Head and brain injury risk functions have been proposed over the years in order to estimate the probability of brain injury from head impact using kinematic and injury data from various sources, such as PMHS and animal testing. Yet, researchers have reiterated the need for human head kinematic data for creating and evaluating injury risk functions and risk assessment values given that other types of data may lack the physiologic and anthropometric response required.
To this end, this thesis aimed to collect human head kinematics to evaluate existing injury risk functions. A literature review revealed what measures of human head motion have been previously published, including direct measures of head kinematics (e.g., wearable sensors used on-field with contact athletes) and indirect measures of head motion (e.g., computational and experimental reconstructions of real-life impacts). Three data sources (n = 443) were selected from the literature based on inclusion criteria. Data were evaluated for consistency and used to calculate kinematic and strain-based injury risks.
The injury risk values were used to evaluate the efficacy of each of 16 injury risk functions using four separate analytical tools. Correlations between the injury risk functions and strain metrics showed that strain- and rotationally-based injury risk functions had the strongest correlations. Area under ROC curves assessed each function’s ability to separate injurious and non-injurious impacts; all risk functions were better than random guessing. Likelihood estimates ranked the injury risk functions on their ability to correctly predict the dataset’s injury outcomes, with GAMBIT showing the best predictive capability according to this measure. The number of expected injuries was calculated for each risk function; however, most did not correctly estimate the number of observed injuries (n = 31). Results from these four assessment tools, however, were mixed, with no single risk function performing best.

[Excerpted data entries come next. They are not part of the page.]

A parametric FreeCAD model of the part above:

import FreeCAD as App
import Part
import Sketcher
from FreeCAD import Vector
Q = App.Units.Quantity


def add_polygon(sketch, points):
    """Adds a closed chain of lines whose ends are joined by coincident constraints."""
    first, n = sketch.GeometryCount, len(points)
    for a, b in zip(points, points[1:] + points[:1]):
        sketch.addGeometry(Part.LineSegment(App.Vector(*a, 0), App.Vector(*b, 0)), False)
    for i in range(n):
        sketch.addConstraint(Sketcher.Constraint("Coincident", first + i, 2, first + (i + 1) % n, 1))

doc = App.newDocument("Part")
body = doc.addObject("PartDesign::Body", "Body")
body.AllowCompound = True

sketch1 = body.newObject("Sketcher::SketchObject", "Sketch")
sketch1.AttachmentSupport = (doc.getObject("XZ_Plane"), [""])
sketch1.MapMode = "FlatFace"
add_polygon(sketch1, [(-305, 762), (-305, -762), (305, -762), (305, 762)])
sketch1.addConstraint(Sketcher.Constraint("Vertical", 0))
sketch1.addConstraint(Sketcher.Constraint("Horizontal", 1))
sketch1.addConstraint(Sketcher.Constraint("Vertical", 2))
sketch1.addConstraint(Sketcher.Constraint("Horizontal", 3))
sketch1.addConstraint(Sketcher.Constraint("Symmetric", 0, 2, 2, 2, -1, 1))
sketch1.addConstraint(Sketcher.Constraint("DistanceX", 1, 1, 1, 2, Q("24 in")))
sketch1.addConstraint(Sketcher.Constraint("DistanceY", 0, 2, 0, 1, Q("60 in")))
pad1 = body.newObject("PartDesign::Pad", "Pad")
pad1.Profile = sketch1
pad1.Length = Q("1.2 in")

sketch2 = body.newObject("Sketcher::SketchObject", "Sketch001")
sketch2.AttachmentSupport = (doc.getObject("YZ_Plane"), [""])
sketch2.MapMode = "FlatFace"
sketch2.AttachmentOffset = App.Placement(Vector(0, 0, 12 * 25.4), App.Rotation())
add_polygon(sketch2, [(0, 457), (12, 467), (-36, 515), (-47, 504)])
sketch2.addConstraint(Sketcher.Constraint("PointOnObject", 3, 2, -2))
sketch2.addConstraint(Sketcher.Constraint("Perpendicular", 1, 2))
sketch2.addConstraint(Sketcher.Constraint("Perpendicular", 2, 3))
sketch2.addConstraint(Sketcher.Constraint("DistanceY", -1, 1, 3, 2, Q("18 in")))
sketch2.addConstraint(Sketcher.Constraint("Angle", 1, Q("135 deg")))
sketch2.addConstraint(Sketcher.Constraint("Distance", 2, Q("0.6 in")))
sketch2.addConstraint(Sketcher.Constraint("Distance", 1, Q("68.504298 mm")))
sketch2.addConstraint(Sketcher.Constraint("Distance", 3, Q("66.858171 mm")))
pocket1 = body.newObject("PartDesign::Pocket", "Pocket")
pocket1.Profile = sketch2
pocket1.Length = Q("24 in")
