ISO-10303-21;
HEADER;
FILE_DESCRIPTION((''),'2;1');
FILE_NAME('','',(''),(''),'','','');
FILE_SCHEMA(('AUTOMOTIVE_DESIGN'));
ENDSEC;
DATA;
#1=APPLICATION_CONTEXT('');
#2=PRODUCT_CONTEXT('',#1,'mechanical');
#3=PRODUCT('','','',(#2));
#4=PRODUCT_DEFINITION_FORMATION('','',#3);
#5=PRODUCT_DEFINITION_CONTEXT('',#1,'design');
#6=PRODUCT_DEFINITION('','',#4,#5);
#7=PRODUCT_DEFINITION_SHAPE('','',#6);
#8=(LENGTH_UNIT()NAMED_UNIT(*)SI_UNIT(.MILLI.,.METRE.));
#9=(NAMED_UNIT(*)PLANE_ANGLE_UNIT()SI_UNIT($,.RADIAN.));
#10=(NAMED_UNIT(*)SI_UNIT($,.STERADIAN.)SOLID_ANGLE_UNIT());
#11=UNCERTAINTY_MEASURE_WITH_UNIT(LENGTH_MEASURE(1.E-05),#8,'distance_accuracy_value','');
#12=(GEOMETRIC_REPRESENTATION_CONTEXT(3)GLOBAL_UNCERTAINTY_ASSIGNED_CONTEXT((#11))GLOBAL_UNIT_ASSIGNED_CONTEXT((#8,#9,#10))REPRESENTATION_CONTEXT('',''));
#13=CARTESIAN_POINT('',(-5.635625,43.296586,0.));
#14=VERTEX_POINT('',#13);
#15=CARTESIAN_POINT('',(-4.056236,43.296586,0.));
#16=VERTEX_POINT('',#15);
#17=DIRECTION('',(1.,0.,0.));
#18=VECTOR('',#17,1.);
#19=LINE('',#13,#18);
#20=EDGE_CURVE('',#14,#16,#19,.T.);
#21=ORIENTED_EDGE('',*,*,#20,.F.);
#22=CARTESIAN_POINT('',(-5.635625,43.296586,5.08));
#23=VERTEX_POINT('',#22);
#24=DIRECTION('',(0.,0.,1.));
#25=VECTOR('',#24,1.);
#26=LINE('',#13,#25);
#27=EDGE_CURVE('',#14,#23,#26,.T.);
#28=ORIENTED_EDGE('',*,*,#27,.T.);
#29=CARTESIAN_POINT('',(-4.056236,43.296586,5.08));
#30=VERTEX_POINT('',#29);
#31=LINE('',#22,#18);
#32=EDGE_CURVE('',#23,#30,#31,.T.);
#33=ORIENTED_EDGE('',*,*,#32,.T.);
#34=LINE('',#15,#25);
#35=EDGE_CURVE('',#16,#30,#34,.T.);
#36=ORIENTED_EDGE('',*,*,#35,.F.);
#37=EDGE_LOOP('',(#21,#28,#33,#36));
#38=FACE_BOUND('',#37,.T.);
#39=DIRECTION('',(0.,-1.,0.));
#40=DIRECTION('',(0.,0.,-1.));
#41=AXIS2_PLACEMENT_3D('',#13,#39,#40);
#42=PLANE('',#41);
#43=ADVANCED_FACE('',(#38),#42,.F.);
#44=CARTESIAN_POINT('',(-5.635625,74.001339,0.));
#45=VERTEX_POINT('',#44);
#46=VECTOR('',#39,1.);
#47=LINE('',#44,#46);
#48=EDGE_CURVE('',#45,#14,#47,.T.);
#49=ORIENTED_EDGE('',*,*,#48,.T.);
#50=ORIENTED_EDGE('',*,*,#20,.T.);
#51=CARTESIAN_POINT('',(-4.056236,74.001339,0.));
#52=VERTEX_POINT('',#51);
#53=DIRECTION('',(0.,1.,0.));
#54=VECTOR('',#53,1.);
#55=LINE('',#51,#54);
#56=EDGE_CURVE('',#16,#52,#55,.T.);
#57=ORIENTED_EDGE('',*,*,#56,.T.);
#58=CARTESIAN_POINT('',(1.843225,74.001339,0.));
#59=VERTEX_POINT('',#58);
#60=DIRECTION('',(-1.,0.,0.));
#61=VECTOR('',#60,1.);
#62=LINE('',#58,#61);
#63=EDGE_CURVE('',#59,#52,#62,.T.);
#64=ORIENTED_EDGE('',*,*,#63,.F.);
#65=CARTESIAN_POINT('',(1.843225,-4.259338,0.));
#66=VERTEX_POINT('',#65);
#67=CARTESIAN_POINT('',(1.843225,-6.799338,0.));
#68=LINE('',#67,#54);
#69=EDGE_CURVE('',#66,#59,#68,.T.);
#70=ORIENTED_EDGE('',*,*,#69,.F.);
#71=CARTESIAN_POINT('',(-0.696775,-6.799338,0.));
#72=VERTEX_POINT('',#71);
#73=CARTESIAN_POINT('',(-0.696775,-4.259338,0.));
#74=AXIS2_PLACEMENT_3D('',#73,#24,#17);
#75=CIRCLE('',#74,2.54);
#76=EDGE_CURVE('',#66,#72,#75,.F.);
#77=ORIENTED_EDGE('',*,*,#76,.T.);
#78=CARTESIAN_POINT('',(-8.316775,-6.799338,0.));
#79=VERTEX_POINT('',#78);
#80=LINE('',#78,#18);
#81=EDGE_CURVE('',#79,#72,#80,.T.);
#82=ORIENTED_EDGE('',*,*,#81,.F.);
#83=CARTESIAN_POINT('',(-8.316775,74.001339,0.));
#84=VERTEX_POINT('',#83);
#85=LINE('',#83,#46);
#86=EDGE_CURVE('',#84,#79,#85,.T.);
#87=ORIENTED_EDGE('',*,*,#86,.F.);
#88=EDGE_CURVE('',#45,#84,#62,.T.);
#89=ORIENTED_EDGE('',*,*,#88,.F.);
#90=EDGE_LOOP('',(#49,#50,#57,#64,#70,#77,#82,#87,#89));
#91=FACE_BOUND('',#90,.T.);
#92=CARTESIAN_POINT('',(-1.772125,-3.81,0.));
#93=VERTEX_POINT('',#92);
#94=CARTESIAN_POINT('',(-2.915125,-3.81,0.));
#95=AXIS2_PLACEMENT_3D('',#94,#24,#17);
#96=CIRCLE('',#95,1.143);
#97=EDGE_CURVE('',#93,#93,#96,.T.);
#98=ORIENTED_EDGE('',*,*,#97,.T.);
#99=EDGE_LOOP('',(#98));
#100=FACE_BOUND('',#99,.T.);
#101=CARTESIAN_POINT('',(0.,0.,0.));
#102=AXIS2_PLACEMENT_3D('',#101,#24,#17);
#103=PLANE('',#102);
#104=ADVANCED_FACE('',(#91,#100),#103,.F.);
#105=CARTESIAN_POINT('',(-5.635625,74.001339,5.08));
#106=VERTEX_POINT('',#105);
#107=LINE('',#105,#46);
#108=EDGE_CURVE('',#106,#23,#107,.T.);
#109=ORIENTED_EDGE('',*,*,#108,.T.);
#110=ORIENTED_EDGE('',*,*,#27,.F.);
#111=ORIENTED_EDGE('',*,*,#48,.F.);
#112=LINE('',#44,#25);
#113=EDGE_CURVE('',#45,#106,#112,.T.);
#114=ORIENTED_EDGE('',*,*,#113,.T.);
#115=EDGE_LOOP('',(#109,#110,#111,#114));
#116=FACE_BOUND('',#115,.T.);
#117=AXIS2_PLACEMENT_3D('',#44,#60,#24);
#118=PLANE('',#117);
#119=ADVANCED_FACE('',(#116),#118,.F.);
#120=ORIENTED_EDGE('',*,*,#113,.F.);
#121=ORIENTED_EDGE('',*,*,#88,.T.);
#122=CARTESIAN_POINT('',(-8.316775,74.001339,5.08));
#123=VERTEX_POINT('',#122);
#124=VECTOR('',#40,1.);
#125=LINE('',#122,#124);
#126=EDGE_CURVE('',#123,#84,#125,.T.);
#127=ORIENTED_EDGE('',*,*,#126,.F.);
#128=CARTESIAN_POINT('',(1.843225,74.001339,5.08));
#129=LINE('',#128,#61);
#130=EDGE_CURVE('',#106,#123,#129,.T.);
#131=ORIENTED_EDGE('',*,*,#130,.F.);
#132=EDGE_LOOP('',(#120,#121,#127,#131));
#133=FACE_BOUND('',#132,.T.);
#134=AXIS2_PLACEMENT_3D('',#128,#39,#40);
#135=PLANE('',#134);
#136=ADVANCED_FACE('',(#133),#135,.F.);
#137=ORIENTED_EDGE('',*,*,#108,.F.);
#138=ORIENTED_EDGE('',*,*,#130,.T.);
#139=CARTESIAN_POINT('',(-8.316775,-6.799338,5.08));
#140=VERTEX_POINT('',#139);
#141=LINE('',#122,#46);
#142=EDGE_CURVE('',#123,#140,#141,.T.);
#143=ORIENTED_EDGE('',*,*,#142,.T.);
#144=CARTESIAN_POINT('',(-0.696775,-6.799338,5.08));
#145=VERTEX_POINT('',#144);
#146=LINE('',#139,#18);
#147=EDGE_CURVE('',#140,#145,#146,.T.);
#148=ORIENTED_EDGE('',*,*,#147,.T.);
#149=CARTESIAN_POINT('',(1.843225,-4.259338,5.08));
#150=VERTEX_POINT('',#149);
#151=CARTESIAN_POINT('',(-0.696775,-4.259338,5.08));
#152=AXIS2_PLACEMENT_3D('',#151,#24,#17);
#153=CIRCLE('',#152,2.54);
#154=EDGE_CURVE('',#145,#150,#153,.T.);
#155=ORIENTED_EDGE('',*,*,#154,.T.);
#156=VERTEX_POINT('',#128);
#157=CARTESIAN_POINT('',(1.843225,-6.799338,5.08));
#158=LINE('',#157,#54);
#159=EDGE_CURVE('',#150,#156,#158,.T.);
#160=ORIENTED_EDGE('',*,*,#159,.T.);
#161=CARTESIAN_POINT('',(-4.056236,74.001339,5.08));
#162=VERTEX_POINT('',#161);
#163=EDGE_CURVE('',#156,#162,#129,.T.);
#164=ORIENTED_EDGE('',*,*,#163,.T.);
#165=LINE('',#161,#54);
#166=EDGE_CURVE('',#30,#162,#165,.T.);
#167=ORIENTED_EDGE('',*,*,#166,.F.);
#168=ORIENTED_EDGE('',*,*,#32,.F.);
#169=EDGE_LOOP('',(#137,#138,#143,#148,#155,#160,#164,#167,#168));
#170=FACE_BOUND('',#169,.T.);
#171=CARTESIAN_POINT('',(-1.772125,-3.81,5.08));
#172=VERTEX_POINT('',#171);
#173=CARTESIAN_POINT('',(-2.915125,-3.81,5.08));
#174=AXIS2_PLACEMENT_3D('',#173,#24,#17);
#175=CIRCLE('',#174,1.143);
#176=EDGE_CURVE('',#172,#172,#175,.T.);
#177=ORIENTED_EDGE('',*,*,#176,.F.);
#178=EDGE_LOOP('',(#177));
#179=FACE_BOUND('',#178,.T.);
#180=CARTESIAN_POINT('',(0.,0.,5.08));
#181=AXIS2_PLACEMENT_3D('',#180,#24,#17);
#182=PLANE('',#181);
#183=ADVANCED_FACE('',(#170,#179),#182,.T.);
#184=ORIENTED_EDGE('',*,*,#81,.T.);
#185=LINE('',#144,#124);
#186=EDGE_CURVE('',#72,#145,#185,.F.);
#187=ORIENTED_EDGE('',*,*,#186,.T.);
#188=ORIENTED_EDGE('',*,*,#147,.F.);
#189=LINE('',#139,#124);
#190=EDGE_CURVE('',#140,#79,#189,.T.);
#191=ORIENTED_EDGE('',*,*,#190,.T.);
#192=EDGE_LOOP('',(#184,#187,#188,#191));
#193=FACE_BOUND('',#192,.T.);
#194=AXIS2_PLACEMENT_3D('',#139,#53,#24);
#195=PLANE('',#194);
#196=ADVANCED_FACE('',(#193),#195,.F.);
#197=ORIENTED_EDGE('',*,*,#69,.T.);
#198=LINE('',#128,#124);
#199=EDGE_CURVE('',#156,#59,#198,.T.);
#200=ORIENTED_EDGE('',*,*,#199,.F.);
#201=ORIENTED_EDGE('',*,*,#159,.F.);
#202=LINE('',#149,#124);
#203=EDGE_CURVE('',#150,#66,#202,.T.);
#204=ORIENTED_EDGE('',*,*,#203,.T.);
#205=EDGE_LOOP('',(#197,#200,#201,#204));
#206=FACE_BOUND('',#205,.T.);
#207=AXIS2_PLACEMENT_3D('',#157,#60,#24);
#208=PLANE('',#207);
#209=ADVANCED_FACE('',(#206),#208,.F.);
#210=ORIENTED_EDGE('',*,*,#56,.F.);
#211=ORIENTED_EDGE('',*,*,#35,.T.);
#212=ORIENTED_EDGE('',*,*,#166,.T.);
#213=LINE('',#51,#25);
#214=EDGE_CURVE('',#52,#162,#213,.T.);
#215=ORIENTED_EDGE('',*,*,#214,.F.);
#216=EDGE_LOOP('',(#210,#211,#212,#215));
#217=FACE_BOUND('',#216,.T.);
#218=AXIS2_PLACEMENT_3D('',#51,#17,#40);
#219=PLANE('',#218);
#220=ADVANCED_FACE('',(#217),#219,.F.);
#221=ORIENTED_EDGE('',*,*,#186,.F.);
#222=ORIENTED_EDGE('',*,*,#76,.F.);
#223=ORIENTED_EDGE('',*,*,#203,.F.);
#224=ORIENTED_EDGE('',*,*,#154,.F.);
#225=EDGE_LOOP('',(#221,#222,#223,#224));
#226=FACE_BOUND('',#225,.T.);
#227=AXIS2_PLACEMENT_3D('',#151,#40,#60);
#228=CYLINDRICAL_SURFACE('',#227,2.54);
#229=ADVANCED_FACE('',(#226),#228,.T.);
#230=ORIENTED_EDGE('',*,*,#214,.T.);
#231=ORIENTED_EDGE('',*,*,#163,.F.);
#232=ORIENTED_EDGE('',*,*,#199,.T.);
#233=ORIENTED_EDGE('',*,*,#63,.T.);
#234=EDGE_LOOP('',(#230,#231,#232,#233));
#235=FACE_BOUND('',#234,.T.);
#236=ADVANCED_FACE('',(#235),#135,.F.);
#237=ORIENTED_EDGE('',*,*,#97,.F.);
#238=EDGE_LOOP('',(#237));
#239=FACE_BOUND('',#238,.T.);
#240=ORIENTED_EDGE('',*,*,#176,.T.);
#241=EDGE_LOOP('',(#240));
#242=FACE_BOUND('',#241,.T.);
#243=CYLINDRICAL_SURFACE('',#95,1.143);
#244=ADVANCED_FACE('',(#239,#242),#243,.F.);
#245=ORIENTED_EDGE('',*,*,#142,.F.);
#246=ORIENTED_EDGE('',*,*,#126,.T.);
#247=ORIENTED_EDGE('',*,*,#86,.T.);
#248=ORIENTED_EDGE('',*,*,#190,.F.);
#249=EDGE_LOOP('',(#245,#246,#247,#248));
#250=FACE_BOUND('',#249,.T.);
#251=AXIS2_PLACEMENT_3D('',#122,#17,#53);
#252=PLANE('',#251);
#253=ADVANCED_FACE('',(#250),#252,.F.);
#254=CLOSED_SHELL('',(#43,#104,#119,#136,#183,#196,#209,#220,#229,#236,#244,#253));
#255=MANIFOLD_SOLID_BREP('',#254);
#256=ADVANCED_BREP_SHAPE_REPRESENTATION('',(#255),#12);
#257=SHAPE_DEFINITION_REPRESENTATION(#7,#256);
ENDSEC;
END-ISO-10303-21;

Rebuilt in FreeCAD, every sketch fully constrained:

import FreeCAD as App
import Part
import Sketcher

V = App.Vector
Q = App.Units.Quantity


def edges_at(feature, points):
    """Names of the edges that pass closest to the given points."""
    edges = feature.Shape.Edges
    near = lambda p: min(range(len(edges)), key=lambda i: edges[i].distToShape(Part.Vertex(*p))[0])
    return sorted({f"Edge{near(p) + 1}" for p in points})


def add_polygon(sketch, points):
    """Adds a closed chain of lines whose ends are joined by coincident constraints."""
    first, n = sketch.GeometryCount, len(points)
    for a, b in zip(points, points[1:] + points[:1]):
        sketch.addGeometry(Part.LineSegment(App.Vector(*a, 0), App.Vector(*b, 0)), False)
    for i in range(n):
        sketch.addConstraint(Sketcher.Constraint("Coincident", first + i, 2, first + (i + 1) % n, 1))

doc = App.newDocument("Part")
body = doc.addObject("PartDesign::Body", "Body")

# Sketch on XY plane
sketch1 = body.newObject("Sketcher::SketchObject", "Sketch")
sketch1.AttachmentSupport = (doc.getObject("XY_Plane"), [""])
sketch1.MapMode = "FlatFace"
add_polygon(sketch1, [(-8.316775, 74.001339), (-8.316775, -6.799338), (1.843225, -6.799338), (1.843225, 74.001339)])  # lines 0-3
sketch1.addConstraint(Sketcher.Constraint("Vertical", 0))
sketch1.addConstraint(Sketcher.Constraint("Horizontal", 1))
sketch1.addConstraint(Sketcher.Constraint("Vertical", 2))
sketch1.addConstraint(Sketcher.Constraint("Horizontal", 3))
sketch1.addConstraint(Sketcher.Constraint("DistanceX", 1, 1, 1, 2, Q("0.4 in")))
sketch1.addConstraint(Sketcher.Constraint("DistanceY", 0, 2, 0, 1, Q("80.800677 mm")))
sketch1.addConstraint(Sketcher.Constraint("DistanceY", -1, 1, 2, 2, Q("74.001339 mm")))
sketch1.addConstraint(Sketcher.Constraint("DistanceX", 0, 2, -1, 1, Q("8.316775 mm")))
pad1 = body.newObject("PartDesign::Pad", "Pad")
pad1.Profile = sketch1
pad1.Length = Q("0.2 in")
doc.recompute()

fillet = body.newObject("PartDesign::Fillet", "Fillet")
fillet.Base = (pad1, edges_at(pad1, [(1.843, -6.799, 2.54)]))
fillet.Radius = Q("0.1 in")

The lack of consensus in the assessment tools may be a result of the data used to develop the risk functions. Studies have noted unbiased exposure data is needed to estimate the absolute injury risk from impact; however, most injury risk functions (and the data in this thesis) were based on case-control data. Statistical simulations were conducted to create injury risk functions based on several sampling scenarios. These results from these simulations demonstrated that researchers should be wary of risk curves derived solely from case-controlled data given that these may be over-predictive of injury probabilities compared to the absolute risk of a population. Despite the issues with the risk functions, this thesis provides a verified data set that is a necessary step for injury risk function evaluation.